Scott’s administration wake-up call

The decision to place Scott’s Refrigerated Logistics into voluntary administration earlier this month, further compromising national supply chains and the jobs of 1500 of the company’s transport workers, was met with surprise by many sectors of the community.

How could a company that had such a successful track record and commercial partnerships with some of Australia’s biggest and best-known grocery and supermarket retailers suddenly go under? Surely, they were too big to fail, some thought.

For those of us that live, and breathe transport every day, the decision may not have come as a surprise. However, it didn’t make it any less confronting because what happened to Scott’s is what keeps transport operator bosses around Australia awake at night.

For some time, industry stakeholders like the VTA have been highlighting the multiple challenges facing operators that, left unaddressed, could prove a reckoning for many. Let’s unpack these:

Fuel – After wages, diesel is the biggest cost faced by operators, and it’s also the most variable, as we have seen in recent years. The high cost of diesel is another cost operators need to pass on in full through the supply chain, however some have not done so in the interests of retaining customers. The impact of the previous government’s six-month fuel tax cut and operators having to negotiate ATO payments because of the associated fuel tax budget decision affected cash flows for many.

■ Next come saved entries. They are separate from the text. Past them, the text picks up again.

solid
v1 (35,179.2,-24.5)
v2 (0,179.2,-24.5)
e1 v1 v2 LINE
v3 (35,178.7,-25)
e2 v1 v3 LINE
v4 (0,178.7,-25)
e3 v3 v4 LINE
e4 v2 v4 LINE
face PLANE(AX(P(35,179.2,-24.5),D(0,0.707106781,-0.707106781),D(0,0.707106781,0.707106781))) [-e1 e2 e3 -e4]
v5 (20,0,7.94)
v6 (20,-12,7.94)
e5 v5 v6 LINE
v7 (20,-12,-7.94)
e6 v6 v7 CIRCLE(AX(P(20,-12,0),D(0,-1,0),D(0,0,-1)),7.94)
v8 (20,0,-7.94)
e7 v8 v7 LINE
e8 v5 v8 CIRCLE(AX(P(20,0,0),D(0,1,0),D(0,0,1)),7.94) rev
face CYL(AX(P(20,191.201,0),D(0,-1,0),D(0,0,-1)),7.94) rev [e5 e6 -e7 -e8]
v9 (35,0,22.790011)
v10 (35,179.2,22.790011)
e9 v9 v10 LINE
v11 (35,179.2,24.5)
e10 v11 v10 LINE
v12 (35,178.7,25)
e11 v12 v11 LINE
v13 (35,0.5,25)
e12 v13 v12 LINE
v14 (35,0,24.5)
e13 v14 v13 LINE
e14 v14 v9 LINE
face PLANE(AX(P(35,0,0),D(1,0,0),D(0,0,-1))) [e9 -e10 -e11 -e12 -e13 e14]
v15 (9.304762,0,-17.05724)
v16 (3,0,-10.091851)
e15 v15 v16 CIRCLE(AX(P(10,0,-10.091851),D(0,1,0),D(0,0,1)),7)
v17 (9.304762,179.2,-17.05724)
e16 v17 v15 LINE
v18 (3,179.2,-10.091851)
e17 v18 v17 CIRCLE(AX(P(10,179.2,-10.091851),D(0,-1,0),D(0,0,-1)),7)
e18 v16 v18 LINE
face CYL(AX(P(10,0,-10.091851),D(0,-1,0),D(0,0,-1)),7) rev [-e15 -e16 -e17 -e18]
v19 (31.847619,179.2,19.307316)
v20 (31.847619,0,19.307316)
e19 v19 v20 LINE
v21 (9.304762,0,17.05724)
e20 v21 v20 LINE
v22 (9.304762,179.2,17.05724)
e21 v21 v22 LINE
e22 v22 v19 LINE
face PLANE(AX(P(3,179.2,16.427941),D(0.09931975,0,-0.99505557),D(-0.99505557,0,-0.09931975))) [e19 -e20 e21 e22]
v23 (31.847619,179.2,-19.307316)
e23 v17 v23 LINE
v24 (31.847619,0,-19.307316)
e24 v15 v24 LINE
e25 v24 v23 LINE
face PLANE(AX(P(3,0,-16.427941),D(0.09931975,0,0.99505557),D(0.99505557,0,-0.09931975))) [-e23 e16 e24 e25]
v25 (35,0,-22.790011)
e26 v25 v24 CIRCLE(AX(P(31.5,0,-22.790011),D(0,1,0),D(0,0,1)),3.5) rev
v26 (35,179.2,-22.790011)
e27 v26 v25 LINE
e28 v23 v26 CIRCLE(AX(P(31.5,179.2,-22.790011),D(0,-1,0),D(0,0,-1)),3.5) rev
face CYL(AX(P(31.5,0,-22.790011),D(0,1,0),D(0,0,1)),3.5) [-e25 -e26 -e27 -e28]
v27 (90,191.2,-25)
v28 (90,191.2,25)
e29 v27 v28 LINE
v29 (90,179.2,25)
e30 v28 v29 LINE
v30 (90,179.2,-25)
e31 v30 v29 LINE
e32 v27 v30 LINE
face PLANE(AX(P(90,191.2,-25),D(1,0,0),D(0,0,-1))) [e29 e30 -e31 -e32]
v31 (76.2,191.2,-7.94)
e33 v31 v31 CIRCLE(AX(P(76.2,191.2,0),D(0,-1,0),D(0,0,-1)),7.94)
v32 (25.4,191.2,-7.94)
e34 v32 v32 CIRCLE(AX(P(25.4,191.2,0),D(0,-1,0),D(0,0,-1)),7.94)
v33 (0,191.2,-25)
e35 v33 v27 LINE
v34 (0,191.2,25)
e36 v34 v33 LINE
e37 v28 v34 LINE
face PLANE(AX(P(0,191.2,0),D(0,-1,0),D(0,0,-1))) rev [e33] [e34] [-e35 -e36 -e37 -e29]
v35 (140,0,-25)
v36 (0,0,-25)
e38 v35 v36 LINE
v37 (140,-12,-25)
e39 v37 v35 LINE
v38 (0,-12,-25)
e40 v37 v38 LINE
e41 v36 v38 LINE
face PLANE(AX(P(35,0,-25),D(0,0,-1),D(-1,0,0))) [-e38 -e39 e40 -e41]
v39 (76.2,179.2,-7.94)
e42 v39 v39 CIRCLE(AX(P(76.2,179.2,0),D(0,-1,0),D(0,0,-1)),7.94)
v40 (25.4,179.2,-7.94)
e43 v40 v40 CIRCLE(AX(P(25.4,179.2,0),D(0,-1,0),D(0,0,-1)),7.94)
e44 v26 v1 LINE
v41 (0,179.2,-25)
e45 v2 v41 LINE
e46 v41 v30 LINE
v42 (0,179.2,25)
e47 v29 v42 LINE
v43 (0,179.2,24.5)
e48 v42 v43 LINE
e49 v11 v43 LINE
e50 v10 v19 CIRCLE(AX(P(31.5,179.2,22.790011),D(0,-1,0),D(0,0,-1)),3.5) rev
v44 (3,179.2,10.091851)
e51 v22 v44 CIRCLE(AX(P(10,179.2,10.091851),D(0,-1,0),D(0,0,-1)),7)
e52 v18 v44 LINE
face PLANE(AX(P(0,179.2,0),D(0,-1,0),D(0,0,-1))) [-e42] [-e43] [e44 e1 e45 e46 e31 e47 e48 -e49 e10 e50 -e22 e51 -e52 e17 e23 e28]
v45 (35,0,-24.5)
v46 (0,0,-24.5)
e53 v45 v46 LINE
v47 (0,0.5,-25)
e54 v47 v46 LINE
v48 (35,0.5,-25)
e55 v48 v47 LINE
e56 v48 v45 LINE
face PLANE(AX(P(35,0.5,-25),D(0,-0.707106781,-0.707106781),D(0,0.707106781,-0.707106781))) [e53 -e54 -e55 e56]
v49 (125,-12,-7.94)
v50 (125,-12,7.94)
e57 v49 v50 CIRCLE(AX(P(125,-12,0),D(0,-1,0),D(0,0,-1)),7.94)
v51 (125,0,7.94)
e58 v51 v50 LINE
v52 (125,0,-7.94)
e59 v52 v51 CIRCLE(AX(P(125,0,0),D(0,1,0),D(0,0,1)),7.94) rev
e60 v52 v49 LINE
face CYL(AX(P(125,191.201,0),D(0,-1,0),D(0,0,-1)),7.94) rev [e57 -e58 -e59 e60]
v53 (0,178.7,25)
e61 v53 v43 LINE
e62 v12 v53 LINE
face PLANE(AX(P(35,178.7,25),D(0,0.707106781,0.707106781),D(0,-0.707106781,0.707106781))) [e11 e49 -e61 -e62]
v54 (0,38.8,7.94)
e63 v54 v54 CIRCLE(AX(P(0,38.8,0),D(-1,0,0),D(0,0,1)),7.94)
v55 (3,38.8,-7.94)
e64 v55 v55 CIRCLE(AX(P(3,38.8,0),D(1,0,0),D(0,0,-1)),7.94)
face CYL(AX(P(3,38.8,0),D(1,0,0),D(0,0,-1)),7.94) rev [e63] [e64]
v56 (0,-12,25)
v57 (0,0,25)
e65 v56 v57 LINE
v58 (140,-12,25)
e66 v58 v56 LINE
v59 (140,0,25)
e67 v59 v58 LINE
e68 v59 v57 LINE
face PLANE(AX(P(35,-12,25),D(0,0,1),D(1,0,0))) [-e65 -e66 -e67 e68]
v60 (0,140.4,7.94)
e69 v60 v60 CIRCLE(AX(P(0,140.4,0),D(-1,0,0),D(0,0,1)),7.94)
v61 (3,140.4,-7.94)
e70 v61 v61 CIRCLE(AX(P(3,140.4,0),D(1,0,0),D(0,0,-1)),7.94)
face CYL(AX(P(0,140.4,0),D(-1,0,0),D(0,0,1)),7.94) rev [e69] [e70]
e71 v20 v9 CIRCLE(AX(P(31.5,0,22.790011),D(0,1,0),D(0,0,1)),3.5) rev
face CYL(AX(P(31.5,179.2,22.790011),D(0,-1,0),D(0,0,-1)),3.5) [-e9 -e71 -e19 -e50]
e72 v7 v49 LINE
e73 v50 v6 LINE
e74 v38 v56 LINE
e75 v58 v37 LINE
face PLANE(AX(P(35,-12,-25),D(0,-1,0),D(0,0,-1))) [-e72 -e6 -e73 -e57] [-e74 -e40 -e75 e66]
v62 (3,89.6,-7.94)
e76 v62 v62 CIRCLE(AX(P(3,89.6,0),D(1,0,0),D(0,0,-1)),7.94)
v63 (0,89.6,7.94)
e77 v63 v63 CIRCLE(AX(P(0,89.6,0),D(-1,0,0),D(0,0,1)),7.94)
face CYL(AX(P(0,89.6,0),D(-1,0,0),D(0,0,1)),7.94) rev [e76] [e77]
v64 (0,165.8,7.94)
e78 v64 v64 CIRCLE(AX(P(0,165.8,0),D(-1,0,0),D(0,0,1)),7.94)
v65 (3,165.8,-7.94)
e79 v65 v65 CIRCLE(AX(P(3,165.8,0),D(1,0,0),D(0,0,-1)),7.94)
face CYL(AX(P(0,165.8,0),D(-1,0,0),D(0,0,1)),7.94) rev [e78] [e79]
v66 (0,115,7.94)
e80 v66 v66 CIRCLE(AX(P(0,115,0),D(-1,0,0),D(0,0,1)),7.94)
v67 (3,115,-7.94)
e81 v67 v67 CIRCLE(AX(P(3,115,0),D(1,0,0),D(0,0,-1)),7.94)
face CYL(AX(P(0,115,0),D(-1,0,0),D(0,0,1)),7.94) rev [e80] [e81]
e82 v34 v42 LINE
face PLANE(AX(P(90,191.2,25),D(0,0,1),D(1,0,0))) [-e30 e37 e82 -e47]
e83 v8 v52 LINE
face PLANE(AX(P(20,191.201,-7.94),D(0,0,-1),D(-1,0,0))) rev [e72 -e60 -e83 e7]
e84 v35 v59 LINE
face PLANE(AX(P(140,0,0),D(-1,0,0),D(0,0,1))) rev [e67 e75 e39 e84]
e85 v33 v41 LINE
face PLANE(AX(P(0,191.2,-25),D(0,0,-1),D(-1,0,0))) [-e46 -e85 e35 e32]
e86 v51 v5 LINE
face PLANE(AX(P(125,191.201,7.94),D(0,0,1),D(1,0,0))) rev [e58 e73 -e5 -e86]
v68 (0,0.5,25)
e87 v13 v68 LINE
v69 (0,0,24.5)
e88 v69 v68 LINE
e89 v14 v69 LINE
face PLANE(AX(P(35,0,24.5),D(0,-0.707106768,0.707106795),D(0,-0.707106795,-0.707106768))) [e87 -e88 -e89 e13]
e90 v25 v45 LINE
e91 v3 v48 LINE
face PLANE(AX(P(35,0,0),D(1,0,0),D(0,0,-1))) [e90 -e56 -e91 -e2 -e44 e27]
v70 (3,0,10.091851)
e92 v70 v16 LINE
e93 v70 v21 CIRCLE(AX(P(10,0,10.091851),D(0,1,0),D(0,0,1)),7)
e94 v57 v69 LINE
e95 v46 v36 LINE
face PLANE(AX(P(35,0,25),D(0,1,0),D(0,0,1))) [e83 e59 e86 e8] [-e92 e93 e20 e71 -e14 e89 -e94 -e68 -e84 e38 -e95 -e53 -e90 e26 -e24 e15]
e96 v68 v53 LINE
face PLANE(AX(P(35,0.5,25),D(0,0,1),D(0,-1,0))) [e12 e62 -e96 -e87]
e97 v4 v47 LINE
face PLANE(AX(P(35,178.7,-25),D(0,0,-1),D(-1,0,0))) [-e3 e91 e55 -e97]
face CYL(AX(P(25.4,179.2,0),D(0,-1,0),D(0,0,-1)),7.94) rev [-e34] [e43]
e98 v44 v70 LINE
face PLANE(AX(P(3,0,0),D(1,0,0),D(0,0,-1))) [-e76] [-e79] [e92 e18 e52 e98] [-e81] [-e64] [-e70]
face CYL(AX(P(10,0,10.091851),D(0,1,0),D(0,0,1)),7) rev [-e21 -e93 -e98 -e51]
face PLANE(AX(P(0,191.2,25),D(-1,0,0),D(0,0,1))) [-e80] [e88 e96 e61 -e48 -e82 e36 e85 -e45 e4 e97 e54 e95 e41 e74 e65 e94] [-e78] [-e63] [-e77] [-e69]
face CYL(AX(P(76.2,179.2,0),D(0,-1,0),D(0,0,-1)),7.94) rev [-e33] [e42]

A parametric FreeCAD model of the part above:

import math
import FreeCAD as App
import Part
import Sketcher
Q = App.Units.Quantity


def edges_at(feature, points):
    """Names of the edges that pass closest to the given points."""
    edges = feature.Shape.Edges
    near = lambda p: min(range(len(edges)), key=lambda i: edges[i].distToShape(Part.Vertex(*p))[0])
    return sorted({f"Edge{near(p) + 1}" for p in points})


def faces_at(feature, points):
    """Names of the faces that lie closest to the given points."""
    faces = feature.Shape.Faces
    near = lambda p: min(range(len(faces)), key=lambda i: faces[i].distToShape(Part.Vertex(*p))[0])
    return sorted({f"Face{near(p) + 1}" for p in points})


def add_polygon(sketch, points):
    """Adds a closed chain of lines whose ends are joined by coincident constraints."""
    first, n = sketch.GeometryCount, len(points)
    for a, b in zip(points, points[1:] + points[:1]):
        sketch.addGeometry(Part.LineSegment(App.Vector(*a, 0), App.Vector(*b, 0)), False)
    for i in range(n):
        sketch.addConstraint(Sketcher.Constraint("Coincident", first + i, 2, first + (i + 1) % n, 1))

doc = App.newDocument("Part")
body = doc.addObject("PartDesign::Body", "Body")

sketch1 = doc.addObject("Sketcher::SketchObject", "Sketch")
body.addObject(sketch1)
sketch1.AttachmentSupport = (doc.XZ_Plane, [""])
sketch1.MapMode = "FlatFace"
sketch1.AttachmentOffset = App.Placement(App.Vector(0, 0, -179.2), App.Rotation())
add_polygon(sketch1, [(0, 25), (0, -25), (90, -25), (90, 25)])
sketch1.addConstraint([
    Sketcher.Constraint("Vertical", 0),
    Sketcher.Constraint("Horizontal", 1),
    Sketcher.Constraint("Vertical", 2),
    Sketcher.Constraint("Horizontal", 3),
    Sketcher.Constraint("Symmetric", 0, 2, 3, 2, -1, 1),
    Sketcher.Constraint("DistanceX", 1, 1, 1, 2, Q("90 mm")),
    Sketcher.Constraint("DistanceY", 0, 2, 0, 1, Q("50 mm")),
])
pad1 = doc.addObject("PartDesign::Pad", "Pad")
body.addObject(pad1)
pad1.Profile = sketch1
pad1.Length = 12
pad1.Reversed = True

sketch2 = doc.addObject("Sketcher::SketchObject", "Sketch001")
body.addObject(sketch2)
sketch2.AttachmentSupport = (doc.YZ_Plane, [""])
sketch2.MapMode = "FlatFace"
add_polygon(sketch2, [(0.5, -25), (0, -24.5), (0, -25), (-12, -25), (-12, 25), (0, 25), (0, 24.5), (0.5, 25), (178.7, 25), (179.2, 24.5), (179.2, -24.5), (178.7, -25)])
sketch2.addConstraint([
    Sketcher.Constraint("Vertical", 1),
    Sketcher.Constraint("Horizontal", 2),
    Sketcher.Constraint("Vertical", 3),
    Sketcher.Constraint("Horizontal", 4),
    Sketcher.Constraint("Vertical", 5),
    Sketcher.Constraint("Horizontal", 7),
    Sketcher.Constraint("Vertical", 9),
    Sketcher.Constraint("Horizontal", 11),
    Sketcher.Constraint("Symmetric", 1, 2, 4, 2, -1, 1),
    Sketcher.Constraint("Symmetric", 0, 2, 5, 2, -1),
    Sketcher.Constraint("Symmetric", 7, 2, 10, 2, -1),
    Sketcher.Constraint("Perpendicular", 0, 6),
    Sketcher.Constraint("Perpendicular", 6, 8),
    Sketcher.Constraint("Perpendicular", 8, 10),
    Sketcher.Constraint("Horizontal", 4, 2, 6, 2),
    Sketcher.Constraint("Horizontal", 5, 2, 8, 2),
    Sketcher.Constraint("Horizontal", 0, 2, 9, 2),
    Sketcher.Constraint("DistanceX", 2, 2, 2, 1, Q("12 mm")),
    Sketcher.Constraint("DistanceY", 3, 1, 3, 2, Q("50 mm")),
    Sketcher.Constraint("DistanceY", 9, 2, 9, 1, Q("49 mm")),
    Sketcher.Constraint("DistanceX", 7, 1, 7, 2, Q("178.2 mm")),
])
pad2 = doc.addObject("PartDesign::Pad", "Pad001")
body.addObject(pad2)
pad2.Profile = sketch2
pad2.Length = 35

sketch3 = doc.addObject("Sketcher::SketchObject", "Sketch002")
body.addObject(sketch3)
sketch3.AttachmentSupport = (doc.YZ_Plane, [""])
sketch3.MapMode = "FlatFace"
sketch3.AttachmentOffset = App.Placement(App.Vector(0, 0, 35), App.Rotation())
add_polygon(sketch3, [(0, 25), (-12, 25), (-12, -25), (0, -25)])
sketch3.addConstraint([
    Sketcher.Constraint("Horizontal", 0),
    Sketcher.Constraint("Vertical", 1),
    Sketcher.Constraint("Horizontal", 2),
    Sketcher.Constraint("Vertical", 3),
    Sketcher.Constraint("Symmetric", 2, 2, 3, 2, -1, 1),
    Sketcher.Constraint("DistanceX", 0, 2, 0, 1, Q("12 mm")),
    Sketcher.Constraint("DistanceY", 1, 2, 1, 1, Q("50 mm")),
])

Geo-political tensions – Russia’s war against Ukraine continues to wreak havoc on global supply chains and tensions in southeast Asia and the Taiwan Straits is seeing fewer ships coming to Australia. Production of AdBlue, a key engine additive, was severely disrupted when China banned exports of urea in 2021. While supply has been restored, the industry continues to experience flow-on effects of disruption, as well as higher prices.

Labour – freight operators are still desperate for workers, which is an issue that existed long before the pandemic. Our industry lags others when it comes to finding, training, and retaining qualified workers. Heavy vehicle licencing reform is the key to making a career as a professional and well-paid transport worker attractive to school-leavers, young women and men, and those looking for a career change.

High inflation & interest rates – there are few parts of the economy that haven’t been impacted by high inflation and 10 consecutive months of interest rate hikes. What makes a bad problem worse for freight operators are the already razor thin margins in place, making it harder to pass on higher costs. Investing in new equipment and maintaining equipment is even harder in a high inflationary environment.

Customer pressure – freight customers are putting unprecedented pressure on transport operators to reduce their costs so that they can maintain or even reduce prices for consumers. This is unsustainable and will ultimately do more harm than good for our economy. The larger volume freight customers have a responsibility to offer contracts that are sustainable and viable for operators so that the whole supply chain doesn’t collapse around us.

In the immediate aftermath of Scott’s’ collapse there was hope that a buyer for the business might quickly be found. However, as we all know now, a Scott’s ‘White Knight’ wasn’t to be, and administrators have commenced selling remaining assets to pay creditors. 

Encouragingly, the broader transport industry is stepping up to support customers in the cold storage supply chain, with many reports surfacing of retrenched staff being hired by other operators. One of the few silver linings of having labour shortages is the opportunity for the Scott’s workforce to be quickly redeployed, for which we are grateful. 

For state and federal government’s that have ignored or haven’t heard the alarm bells from transport associations about these persistent challenges, Scott’s must be their wake-up call. 

In the lead up to the May federal budget, and as the states and territories prepare their own subsequent budget papers, the VTA will be advocating for financial relief and concessions for operators. Low-hanging fruit like limiting any increase to the road user charge, increasing fuel tax credits to offset higher diesel costs, and capping registration increases, are practical things governments can do now to alleviate pressure on individual operators. 

In the long run they will also support our industry and its customers and help to maintain the living standards consumers expect.